== Data to examine ==

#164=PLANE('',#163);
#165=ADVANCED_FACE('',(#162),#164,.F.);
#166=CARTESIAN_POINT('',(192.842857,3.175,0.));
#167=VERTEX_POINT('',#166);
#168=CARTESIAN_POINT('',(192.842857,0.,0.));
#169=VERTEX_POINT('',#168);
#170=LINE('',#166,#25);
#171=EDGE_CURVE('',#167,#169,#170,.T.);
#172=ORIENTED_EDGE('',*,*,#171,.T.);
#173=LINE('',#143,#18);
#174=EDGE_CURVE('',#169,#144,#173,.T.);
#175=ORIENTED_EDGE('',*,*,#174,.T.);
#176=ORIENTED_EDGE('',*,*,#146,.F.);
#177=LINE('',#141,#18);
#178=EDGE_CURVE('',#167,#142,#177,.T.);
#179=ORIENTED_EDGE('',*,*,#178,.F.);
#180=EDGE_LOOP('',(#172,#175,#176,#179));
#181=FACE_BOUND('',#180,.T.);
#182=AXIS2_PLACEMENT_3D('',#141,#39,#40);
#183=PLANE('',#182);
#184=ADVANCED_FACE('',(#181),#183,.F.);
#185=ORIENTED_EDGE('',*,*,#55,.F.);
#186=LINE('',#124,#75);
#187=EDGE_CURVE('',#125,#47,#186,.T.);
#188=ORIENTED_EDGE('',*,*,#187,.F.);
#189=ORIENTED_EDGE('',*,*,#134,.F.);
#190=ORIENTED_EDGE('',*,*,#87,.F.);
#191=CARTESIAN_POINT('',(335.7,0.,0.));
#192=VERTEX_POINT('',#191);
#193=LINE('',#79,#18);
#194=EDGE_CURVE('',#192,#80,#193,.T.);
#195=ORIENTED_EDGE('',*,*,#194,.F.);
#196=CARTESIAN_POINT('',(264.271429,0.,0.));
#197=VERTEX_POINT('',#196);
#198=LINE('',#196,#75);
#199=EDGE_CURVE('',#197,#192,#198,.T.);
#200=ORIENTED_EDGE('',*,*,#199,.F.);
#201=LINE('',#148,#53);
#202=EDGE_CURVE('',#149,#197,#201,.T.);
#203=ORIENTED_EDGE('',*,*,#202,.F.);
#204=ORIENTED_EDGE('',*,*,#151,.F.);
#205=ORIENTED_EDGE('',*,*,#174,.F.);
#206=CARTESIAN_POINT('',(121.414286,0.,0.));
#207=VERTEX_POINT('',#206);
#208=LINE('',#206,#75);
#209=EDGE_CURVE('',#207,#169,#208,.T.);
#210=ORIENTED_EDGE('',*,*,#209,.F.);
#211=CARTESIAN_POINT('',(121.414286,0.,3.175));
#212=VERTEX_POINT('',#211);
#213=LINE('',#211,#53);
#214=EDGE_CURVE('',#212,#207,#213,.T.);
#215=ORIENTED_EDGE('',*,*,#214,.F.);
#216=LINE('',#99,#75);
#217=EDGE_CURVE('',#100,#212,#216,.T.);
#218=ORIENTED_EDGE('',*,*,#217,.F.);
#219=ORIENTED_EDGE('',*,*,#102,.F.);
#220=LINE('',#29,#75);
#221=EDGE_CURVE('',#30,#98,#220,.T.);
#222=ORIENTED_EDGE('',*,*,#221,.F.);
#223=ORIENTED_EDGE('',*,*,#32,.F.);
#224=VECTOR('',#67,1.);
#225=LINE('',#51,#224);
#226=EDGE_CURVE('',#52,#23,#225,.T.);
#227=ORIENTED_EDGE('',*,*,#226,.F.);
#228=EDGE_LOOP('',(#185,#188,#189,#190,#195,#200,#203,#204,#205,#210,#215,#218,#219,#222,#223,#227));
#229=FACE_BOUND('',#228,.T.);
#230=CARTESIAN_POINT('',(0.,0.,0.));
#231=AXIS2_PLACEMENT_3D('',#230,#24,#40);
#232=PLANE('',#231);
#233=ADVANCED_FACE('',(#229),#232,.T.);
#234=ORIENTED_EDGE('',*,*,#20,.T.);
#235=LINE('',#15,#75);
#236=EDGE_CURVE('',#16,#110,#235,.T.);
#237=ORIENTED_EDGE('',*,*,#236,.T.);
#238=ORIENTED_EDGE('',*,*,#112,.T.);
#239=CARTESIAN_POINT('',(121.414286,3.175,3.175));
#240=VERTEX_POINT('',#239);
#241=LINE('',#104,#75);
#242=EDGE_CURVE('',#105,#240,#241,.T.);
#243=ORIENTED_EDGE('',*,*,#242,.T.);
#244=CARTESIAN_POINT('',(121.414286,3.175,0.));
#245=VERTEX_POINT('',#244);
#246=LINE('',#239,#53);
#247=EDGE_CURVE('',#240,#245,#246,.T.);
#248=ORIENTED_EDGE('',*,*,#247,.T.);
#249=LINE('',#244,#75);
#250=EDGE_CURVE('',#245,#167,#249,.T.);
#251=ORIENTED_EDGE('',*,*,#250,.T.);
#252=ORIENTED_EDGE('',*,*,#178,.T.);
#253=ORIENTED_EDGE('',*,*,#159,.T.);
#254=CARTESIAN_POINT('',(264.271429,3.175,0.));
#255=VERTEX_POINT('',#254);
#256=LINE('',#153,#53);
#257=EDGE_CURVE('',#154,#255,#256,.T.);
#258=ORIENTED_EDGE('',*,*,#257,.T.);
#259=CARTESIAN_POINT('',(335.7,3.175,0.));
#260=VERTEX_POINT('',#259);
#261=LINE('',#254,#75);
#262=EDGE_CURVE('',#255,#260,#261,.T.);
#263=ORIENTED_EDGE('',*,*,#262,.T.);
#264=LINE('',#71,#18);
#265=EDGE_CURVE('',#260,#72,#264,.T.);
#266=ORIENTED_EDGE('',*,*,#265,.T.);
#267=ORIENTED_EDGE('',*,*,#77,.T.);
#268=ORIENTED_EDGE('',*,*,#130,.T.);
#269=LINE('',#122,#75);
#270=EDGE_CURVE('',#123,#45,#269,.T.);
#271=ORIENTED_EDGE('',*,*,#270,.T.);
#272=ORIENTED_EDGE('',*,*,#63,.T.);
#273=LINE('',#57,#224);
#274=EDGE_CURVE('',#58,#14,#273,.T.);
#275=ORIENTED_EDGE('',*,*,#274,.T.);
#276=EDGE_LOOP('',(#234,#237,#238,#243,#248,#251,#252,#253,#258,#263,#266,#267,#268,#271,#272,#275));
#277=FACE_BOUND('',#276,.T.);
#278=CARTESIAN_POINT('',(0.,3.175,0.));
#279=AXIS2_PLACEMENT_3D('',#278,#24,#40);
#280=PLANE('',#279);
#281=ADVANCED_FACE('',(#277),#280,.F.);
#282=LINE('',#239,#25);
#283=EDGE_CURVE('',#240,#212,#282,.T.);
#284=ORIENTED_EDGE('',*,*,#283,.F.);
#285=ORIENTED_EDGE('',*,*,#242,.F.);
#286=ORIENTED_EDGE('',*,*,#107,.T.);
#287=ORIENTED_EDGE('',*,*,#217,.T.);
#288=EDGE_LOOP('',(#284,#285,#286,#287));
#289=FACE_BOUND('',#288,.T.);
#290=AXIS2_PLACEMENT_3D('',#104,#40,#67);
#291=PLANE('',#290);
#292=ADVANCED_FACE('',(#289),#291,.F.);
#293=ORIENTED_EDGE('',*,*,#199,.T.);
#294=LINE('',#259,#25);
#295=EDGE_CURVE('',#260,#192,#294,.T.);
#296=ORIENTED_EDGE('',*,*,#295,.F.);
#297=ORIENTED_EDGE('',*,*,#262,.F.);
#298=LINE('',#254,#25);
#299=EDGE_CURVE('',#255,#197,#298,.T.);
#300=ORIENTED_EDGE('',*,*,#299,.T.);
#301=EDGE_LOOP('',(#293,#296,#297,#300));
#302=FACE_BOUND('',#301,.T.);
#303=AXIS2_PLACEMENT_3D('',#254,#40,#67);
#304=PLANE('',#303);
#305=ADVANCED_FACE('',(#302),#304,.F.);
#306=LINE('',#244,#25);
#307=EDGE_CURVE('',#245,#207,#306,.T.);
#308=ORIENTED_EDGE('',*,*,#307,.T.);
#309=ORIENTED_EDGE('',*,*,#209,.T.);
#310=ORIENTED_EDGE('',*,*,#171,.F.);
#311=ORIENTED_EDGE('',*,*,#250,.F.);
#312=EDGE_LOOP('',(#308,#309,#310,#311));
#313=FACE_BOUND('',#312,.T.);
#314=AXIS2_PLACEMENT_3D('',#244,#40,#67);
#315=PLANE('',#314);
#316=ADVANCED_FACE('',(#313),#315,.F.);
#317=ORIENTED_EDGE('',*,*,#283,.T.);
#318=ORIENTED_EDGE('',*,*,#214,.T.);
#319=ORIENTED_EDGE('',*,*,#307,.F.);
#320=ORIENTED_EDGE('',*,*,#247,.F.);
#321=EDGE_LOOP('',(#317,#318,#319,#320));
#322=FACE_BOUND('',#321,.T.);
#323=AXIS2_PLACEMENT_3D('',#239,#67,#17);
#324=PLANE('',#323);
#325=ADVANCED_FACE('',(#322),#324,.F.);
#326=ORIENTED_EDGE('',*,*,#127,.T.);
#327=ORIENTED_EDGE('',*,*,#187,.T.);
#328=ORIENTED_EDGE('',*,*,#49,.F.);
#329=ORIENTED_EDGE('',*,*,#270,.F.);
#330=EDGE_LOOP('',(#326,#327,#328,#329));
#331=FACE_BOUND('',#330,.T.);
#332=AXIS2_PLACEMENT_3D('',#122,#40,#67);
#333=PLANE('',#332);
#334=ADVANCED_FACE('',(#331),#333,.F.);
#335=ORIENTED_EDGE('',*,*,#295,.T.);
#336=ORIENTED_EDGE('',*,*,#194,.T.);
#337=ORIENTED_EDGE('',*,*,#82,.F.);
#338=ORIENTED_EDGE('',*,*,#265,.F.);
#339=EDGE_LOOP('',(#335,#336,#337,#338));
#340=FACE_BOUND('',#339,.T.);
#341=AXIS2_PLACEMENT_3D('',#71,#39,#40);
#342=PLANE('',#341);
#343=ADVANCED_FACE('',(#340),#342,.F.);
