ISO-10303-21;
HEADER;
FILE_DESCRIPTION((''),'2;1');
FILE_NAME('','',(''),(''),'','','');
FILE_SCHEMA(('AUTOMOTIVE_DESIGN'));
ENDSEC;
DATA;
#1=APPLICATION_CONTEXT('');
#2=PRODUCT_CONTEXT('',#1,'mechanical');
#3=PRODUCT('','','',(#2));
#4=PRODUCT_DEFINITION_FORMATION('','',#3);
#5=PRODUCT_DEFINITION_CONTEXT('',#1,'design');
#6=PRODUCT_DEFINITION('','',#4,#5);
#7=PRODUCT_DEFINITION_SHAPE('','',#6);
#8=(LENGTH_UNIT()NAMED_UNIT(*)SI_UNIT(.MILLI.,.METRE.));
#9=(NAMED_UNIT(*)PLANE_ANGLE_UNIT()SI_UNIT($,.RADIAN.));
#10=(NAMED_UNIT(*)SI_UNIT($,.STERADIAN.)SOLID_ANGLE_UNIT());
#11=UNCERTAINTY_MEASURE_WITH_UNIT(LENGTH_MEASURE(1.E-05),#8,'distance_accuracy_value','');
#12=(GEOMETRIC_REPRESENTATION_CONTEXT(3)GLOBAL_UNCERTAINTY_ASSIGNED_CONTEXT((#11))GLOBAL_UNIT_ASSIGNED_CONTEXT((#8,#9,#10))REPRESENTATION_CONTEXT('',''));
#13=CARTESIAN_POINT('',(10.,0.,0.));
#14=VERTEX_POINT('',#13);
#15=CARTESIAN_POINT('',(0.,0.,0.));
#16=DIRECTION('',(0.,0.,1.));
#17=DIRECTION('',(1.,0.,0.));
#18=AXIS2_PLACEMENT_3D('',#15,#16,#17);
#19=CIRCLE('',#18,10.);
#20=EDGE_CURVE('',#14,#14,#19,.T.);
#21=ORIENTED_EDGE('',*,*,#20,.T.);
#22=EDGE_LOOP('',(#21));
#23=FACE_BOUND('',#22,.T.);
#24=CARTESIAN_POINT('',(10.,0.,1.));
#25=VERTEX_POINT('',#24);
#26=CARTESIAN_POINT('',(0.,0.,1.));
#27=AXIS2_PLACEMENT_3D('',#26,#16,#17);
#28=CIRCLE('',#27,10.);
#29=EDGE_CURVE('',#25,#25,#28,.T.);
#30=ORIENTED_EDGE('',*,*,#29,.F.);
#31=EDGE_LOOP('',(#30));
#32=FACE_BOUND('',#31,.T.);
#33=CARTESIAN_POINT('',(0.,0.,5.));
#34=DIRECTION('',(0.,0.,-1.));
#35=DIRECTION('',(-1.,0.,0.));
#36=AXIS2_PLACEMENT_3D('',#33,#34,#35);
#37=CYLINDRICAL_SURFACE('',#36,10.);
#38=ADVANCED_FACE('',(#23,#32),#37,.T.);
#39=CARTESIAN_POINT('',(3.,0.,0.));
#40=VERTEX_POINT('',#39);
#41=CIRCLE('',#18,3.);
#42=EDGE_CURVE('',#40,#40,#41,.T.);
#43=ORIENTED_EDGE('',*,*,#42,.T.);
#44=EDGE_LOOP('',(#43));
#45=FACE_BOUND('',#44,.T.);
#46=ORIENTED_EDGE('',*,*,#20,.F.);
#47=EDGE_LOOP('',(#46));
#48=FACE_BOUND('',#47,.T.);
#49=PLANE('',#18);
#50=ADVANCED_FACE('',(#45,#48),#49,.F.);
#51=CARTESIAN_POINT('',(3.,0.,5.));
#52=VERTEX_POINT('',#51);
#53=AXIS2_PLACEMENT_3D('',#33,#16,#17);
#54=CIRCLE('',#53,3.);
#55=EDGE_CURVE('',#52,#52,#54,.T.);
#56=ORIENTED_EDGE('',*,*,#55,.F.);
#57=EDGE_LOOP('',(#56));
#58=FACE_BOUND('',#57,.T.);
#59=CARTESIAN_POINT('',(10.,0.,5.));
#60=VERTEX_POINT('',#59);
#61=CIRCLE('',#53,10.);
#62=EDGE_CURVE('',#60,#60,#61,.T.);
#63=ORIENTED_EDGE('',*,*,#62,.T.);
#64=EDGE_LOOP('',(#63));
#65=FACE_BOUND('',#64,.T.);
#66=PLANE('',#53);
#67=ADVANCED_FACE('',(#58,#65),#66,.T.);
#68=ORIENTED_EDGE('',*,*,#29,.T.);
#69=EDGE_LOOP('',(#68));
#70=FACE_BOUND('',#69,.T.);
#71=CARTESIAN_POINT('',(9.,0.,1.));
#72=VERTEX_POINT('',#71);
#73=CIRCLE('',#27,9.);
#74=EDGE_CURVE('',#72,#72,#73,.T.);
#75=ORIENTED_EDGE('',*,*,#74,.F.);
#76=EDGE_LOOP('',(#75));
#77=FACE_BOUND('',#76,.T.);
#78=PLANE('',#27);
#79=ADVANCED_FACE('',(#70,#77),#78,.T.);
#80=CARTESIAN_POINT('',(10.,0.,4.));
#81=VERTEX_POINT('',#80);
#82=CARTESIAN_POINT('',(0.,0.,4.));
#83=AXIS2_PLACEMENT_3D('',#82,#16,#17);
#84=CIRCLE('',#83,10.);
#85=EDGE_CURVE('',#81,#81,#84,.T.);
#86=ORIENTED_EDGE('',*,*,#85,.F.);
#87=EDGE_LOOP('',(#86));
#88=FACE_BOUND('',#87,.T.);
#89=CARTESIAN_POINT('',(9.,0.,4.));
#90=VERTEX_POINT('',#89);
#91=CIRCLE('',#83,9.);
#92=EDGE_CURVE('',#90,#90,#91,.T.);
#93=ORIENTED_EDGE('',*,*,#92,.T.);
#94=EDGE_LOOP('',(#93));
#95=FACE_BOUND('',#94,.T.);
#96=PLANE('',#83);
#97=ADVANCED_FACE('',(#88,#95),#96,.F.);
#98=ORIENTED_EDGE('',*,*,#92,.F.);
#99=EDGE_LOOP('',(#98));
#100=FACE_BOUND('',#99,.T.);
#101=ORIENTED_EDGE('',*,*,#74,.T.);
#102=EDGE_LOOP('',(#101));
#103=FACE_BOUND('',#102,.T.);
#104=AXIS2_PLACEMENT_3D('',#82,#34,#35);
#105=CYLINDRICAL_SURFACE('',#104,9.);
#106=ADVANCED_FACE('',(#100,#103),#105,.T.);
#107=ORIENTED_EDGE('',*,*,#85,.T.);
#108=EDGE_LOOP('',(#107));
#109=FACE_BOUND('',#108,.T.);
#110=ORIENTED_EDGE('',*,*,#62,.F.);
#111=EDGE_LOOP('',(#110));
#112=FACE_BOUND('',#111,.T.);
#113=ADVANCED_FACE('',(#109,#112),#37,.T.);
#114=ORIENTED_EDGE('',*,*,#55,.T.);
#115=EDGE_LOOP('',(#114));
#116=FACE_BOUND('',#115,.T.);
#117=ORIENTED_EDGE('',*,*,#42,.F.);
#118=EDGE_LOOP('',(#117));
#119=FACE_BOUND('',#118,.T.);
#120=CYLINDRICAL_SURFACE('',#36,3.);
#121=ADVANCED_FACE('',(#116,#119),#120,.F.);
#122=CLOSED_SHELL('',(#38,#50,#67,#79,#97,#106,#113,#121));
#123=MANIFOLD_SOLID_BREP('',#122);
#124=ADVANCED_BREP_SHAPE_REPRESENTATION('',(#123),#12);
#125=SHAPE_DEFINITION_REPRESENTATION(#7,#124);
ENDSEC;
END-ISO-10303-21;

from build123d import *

# Parameters (mm, degrees)
SKETCH1_R           = 10
SKETCH1_R_2         = 3
BOSS_EXTRUDE1_DEPTH = 5
CUT_EXTRUDE1_START  = 1
SKETCH1_3_R         = 10
SKETCH1_3_R_2       = 9
CUT_EXTRUDE1_DEPTH  = 3


with BuildPart() as part:
    # Sketch1 → Boss-Extrude1 (new body)
    with BuildSketch(Plane.XY):
        Circle(SKETCH1_R)
        Circle(SKETCH1_R_2, mode=Mode.SUBTRACT)
    extrude(amount=BOSS_EXTRUDE1_DEPTH)

    # Sketch1<3> → Cut-Extrude1 (cut)
    with BuildSketch(Plane.XY.offset(CUT_EXTRUDE1_START)):
        Circle(SKETCH1_3_R)
        Circle(SKETCH1_3_R_2, mode=Mode.SUBTRACT)
    extrude(amount=CUT_EXTRUDE1_DEPTH, mode=Mode.SUBTRACT)


solid = part.part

== Task statement ==
Reprint exactly the lines above that start at the one with "#289=FACE_BOUND('',#288,.T.);" and end at the one with "#296=ORIENTED_EDGE('',*,*,#295,.F.);", keeping both and adding none.

== The answer ==
#289=FACE_BOUND('',#288,.T.);
#290=AXIS2_PLACEMENT_3D('',#104,#40,#67);
#291=PLANE('',#290);
#292=ADVANCED_FACE('',(#289),#291,.F.);
#293=ORIENTED_EDGE('',*,*,#199,.T.);
#294=LINE('',#259,#25);
#295=EDGE_CURVE('',#260,#192,#294,.T.);
#296=ORIENTED_EDGE('',*,*,#295,.F.);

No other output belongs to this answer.